Again here .. there are Better motors , controllers, batteries available ... that could bring this up to ~90% Round Trip Cycle Efficiency... but that was not OEM.

This alone brings us to between 73% and 90% of that 6% 'average' wasted braking ... as much as 4.3% to 5.4% MPG gain ... just from braking ... for the 'average' US commuter.... which is already practically paid for the HEV system weight cost by itself .. and possibly already at a small 1-2% net gain for the 'average' US commuter... at higher (highway speeds) , the braking 'benefit' reduces .. but so does the MPG penalty from rolling resistance of the additional weight.

- - - - -

Now looking at the ICE efficiency curve ... we see it varies from under 26% to as high as 38%.

Energy taken from the ICE at 38% going through the HEV system (73% to 90%) ... can be returned to the wheel at a net ICE to wheel of ~28% to 34% Fuel Efficiency ... Thus it is a net benefit to do so .. any time using the ICE-Only would have had a net operating efficiency bellow that net HEV round trip... The smaller 35% Lean Burn efficiency window can still net a HEV round trip from 25% to 31% ... which can still under some conditions be more efficient than forcing the ICE-Only system to run the ICE under it's worst efficiency conditions.

This is taken advantage of more so in the Prius than the Insight (but the principle still applies to HEVs in general).

- - - - -

Now looking at the difference in power curves.... see Attached

We see that the HEV system produces up to about ~50% of the total torque at low RPM ... without the HEV system the ICE-Only would either:

Take much much longer (under low ICE efficiency) to accelerate .. Which makes it less total net efficient.

Or ... as is the norm ... the ICE itself would get up-sized ... to a larger heavier ICE that still has 'enough' torque in the low RPM range... If you 'up-size' the ICE itself so that the ICE-Only can do all this low end torque itself ... the ICE growth weight penalty is larger than the HEV system weight penalty ... Compared to electric motors ... ICE's power to weight ratio's (at low RPM) SUCK horribly ... thus to double that ICE torque at low end ... it cost you far more ICE weight gain.

The other 'loss' from trying to upsize the ICE itself in a traditional ICE-Only system ... is that the much larger and much power powerful (at low RPM) ICE will now be even further away from it's higher operating efficiency range when not accelerating ... like on the highway cruising ans such ... which is a penalty to the ICE-Only ... the HEV style system tries to get a ICE sized small enough that it will operate dominantly in it's actual high efficiency range ... for the majority or the vehicle's "average" loads ... not sized for it's peak loads ... and let the HEV system take up the other 'short' periods when the vehicle needs additional torque/power.

[serialk11r]

Quote:

Originally Posted by Hersbird

Some do it with the valve timing and some just can do it with the direct injection.

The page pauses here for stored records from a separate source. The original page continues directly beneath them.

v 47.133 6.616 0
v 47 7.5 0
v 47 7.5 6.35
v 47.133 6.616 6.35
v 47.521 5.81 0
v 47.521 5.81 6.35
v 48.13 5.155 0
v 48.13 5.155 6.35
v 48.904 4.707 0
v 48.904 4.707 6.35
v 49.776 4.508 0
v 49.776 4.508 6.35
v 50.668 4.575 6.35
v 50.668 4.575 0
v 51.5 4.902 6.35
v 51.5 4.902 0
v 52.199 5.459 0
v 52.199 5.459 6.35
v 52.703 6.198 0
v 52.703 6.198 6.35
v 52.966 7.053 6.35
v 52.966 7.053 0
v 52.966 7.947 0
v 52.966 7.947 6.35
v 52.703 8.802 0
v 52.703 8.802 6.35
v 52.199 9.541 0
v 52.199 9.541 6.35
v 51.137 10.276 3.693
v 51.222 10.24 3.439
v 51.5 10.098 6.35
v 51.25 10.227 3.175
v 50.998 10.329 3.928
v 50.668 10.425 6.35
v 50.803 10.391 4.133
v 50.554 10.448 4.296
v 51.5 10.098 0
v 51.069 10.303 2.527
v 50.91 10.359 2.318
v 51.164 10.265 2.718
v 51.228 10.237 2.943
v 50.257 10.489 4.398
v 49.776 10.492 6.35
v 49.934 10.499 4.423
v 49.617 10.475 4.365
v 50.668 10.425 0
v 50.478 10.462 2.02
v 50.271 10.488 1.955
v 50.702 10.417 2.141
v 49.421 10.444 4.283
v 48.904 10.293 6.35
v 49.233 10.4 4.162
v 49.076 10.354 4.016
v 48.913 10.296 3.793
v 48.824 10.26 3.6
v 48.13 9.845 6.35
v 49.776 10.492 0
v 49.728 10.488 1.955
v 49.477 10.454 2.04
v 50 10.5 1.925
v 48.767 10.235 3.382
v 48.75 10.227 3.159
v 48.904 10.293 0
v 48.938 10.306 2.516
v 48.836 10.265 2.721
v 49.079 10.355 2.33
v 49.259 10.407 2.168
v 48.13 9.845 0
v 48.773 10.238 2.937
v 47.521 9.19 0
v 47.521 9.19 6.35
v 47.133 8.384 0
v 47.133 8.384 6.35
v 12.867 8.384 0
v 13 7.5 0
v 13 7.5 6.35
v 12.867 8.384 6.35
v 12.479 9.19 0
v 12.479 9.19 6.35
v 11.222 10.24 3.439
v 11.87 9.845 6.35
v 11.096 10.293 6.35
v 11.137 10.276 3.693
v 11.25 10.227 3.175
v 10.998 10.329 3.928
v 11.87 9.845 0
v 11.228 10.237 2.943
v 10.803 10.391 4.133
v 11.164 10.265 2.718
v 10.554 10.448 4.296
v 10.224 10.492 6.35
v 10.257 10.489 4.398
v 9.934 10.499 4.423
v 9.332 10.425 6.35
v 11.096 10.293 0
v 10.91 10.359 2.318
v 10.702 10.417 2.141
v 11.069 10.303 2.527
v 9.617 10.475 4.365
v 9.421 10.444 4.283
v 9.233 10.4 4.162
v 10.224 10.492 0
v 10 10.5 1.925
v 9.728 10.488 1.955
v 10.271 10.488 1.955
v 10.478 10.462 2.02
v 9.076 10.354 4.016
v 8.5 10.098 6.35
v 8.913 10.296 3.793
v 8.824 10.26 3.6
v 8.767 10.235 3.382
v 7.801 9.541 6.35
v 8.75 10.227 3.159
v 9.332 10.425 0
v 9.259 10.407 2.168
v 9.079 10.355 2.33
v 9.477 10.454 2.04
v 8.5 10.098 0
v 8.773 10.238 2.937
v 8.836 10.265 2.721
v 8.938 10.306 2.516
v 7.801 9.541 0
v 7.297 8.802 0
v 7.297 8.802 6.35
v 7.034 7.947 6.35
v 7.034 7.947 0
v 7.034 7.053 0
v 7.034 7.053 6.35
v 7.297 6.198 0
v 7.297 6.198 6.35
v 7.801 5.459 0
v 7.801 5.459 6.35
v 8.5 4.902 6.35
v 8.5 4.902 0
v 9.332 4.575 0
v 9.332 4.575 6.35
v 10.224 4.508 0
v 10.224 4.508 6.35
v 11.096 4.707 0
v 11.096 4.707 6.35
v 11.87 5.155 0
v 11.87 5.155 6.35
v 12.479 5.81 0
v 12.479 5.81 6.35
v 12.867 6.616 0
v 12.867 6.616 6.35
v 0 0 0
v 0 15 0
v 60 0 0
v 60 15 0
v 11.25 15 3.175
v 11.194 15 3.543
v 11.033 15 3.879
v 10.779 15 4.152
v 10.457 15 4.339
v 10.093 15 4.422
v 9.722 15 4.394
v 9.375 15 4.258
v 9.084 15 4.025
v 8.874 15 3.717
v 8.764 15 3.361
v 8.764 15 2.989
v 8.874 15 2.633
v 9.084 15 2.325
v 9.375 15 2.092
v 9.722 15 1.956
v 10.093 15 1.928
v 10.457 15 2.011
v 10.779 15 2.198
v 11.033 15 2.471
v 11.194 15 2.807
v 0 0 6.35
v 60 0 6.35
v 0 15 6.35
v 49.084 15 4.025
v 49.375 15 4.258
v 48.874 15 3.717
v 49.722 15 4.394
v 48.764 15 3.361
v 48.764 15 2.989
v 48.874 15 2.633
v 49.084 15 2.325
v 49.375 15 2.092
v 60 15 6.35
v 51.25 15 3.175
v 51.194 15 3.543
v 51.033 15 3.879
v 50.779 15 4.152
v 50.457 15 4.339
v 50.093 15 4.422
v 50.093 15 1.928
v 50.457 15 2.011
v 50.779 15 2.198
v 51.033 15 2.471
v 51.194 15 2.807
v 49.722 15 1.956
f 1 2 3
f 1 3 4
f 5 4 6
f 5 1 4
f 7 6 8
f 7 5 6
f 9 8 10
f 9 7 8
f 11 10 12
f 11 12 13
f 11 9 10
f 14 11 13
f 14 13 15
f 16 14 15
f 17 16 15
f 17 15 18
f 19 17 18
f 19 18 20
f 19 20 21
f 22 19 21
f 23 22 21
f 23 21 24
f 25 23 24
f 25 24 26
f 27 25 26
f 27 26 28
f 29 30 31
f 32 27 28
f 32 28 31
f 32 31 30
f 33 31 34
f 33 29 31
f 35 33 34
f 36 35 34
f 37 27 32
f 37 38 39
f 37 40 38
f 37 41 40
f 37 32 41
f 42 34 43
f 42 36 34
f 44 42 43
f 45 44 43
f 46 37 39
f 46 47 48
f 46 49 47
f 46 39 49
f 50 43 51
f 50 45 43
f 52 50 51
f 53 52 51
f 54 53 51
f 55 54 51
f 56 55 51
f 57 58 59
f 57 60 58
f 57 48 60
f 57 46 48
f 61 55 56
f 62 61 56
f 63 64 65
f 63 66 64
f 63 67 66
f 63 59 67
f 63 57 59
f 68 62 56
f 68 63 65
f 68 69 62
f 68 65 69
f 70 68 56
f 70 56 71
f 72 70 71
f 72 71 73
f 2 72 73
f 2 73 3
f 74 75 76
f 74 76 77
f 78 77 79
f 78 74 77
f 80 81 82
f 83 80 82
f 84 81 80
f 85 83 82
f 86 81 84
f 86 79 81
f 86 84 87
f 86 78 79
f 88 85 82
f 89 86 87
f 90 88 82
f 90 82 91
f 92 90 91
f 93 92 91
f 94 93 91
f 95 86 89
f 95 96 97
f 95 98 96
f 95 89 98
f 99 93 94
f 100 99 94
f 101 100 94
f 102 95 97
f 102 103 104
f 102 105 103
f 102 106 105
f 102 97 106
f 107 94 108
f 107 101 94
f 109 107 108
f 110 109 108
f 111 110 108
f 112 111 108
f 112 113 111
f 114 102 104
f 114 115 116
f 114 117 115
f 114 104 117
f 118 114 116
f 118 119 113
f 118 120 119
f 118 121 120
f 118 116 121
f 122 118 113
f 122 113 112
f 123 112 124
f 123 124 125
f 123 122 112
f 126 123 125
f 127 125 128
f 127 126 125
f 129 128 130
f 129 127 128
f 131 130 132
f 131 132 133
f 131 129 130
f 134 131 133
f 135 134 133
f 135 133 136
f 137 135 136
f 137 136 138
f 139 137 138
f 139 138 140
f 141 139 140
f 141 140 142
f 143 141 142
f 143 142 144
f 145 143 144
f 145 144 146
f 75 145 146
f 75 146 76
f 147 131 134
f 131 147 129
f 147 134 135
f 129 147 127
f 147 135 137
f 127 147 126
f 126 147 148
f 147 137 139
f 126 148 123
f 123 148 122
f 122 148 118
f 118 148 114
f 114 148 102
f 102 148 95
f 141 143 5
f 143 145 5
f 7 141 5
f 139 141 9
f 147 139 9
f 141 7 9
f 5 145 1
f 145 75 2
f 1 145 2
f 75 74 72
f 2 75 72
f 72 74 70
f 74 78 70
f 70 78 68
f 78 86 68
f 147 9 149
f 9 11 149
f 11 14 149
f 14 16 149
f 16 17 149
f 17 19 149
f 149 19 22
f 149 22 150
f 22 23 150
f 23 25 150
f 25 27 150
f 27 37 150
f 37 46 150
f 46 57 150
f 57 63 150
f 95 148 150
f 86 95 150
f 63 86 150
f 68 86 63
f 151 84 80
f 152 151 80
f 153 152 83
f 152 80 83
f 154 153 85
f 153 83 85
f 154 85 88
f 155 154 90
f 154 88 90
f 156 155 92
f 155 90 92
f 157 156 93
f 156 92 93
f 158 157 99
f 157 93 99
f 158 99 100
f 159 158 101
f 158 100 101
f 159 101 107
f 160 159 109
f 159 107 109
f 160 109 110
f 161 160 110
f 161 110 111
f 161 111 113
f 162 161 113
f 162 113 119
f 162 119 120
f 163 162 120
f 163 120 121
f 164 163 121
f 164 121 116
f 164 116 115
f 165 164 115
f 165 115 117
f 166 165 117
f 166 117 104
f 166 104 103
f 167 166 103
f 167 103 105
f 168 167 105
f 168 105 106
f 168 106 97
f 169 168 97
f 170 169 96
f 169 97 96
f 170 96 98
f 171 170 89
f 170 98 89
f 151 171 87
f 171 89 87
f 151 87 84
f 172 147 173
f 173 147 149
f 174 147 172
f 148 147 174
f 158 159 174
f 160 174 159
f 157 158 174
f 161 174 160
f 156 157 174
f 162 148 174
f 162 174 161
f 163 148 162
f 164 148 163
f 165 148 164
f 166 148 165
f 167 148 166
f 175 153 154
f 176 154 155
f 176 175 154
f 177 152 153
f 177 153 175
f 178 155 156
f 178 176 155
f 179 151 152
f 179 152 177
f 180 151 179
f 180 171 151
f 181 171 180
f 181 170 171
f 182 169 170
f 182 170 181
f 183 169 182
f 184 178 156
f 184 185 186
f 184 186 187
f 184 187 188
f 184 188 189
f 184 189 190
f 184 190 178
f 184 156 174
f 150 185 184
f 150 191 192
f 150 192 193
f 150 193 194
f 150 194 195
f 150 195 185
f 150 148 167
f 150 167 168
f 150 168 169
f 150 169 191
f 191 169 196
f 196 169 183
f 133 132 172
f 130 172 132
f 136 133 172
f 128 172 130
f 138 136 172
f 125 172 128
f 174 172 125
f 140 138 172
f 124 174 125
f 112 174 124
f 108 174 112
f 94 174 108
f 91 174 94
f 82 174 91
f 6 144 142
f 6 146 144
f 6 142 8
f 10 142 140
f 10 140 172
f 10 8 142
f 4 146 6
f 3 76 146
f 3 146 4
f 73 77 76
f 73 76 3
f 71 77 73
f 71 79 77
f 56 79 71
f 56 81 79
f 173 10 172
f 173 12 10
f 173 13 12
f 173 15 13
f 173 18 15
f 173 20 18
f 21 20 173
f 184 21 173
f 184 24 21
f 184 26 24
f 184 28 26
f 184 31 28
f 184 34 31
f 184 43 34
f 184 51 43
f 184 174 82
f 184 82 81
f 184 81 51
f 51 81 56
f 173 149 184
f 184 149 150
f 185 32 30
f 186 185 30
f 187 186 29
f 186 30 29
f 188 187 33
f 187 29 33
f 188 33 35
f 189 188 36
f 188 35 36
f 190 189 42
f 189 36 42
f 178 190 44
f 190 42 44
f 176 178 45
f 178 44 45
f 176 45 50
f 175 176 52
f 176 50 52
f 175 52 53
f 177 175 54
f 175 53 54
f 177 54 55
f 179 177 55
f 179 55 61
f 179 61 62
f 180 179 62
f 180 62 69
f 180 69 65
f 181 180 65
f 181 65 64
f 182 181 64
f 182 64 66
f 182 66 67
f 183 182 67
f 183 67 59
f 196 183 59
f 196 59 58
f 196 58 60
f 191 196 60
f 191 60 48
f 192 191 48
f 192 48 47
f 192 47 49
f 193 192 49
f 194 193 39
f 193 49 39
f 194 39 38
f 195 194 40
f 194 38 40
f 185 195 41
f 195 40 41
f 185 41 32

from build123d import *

# Parameters (mm, degrees)
SKETCH1_W             = 60
SKETCH1_H             = 15
SKETCH1_R             = 3
BOSS_EXTRUDE1_DEPTH   = 6.35
M3_TAPPED_HOLE1_D     = 2.5
M3_TAPPED_HOLE1_DEPTH = 8.5
M3_TAPPED_HOLE1_TIP   = 0.751075774


with BuildPart() as part:
    # Sketch1 → Boss-Extrude1 (new body)
    with BuildSketch(Plane.XY):
        with Locations((30, 7.5)):
            Rectangle(SKETCH1_W, SKETCH1_H)
        with Locations((10, 7.5)):
            Circle(SKETCH1_R, mode=Mode.SUBTRACT)
        with Locations((50, 7.5)):
            Circle(SKETCH1_R, mode=Mode.SUBTRACT)
    extrude(amount=BOSS_EXTRUDE1_DEPTH)

    # M3 Tapped Hole1
    with Locations(Plane(origin=(0, 15, 0), x_dir=(-1, 0, 0), z_dir=(0, 1, 0))):
        with Locations((-10, 3.175), (-50, 3.175)):
            Hole(M3_TAPPED_HOLE1_D / 2, depth=M3_TAPPED_HOLE1_DEPTH)
            with Locations((0, 0, -(M3_TAPPED_HOLE1_DEPTH + M3_TAPPED_HOLE1_TIP / 2))):  # 118° drill point
                Cone(0, M3_TAPPED_HOLE1_D / 2, M3_TAPPED_HOLE1_TIP, mode=Mode.SUBTRACT)


solid = part.part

These motors I think always still have a throttle body but it's for startup and if something goes wrong with the system.

Diesels have been using direction injection without throttle for a long time with no fancy valve systems. It's their direction injection that made that possible

This is when quoting wikipedia is dangerous, and it helps to know how engines are actually designed and what regulations do what.

I'm not going to go into why a diesel doesn't need a throttle. Diesels are direct injection by definition and that has nothing to do with a throttle.

Ever wondered why diesel engines need NOx traps? Stratified injection would need an NOx trap as well because the cat would not be able to remove NOx with lean burn. No car in the USA has stratified direct injection, the only cars in this country that run throttleless are BMW N20, N52, N55, etc. engines, Nissan VQ37VHRs, and Fiats equipped with Multiair.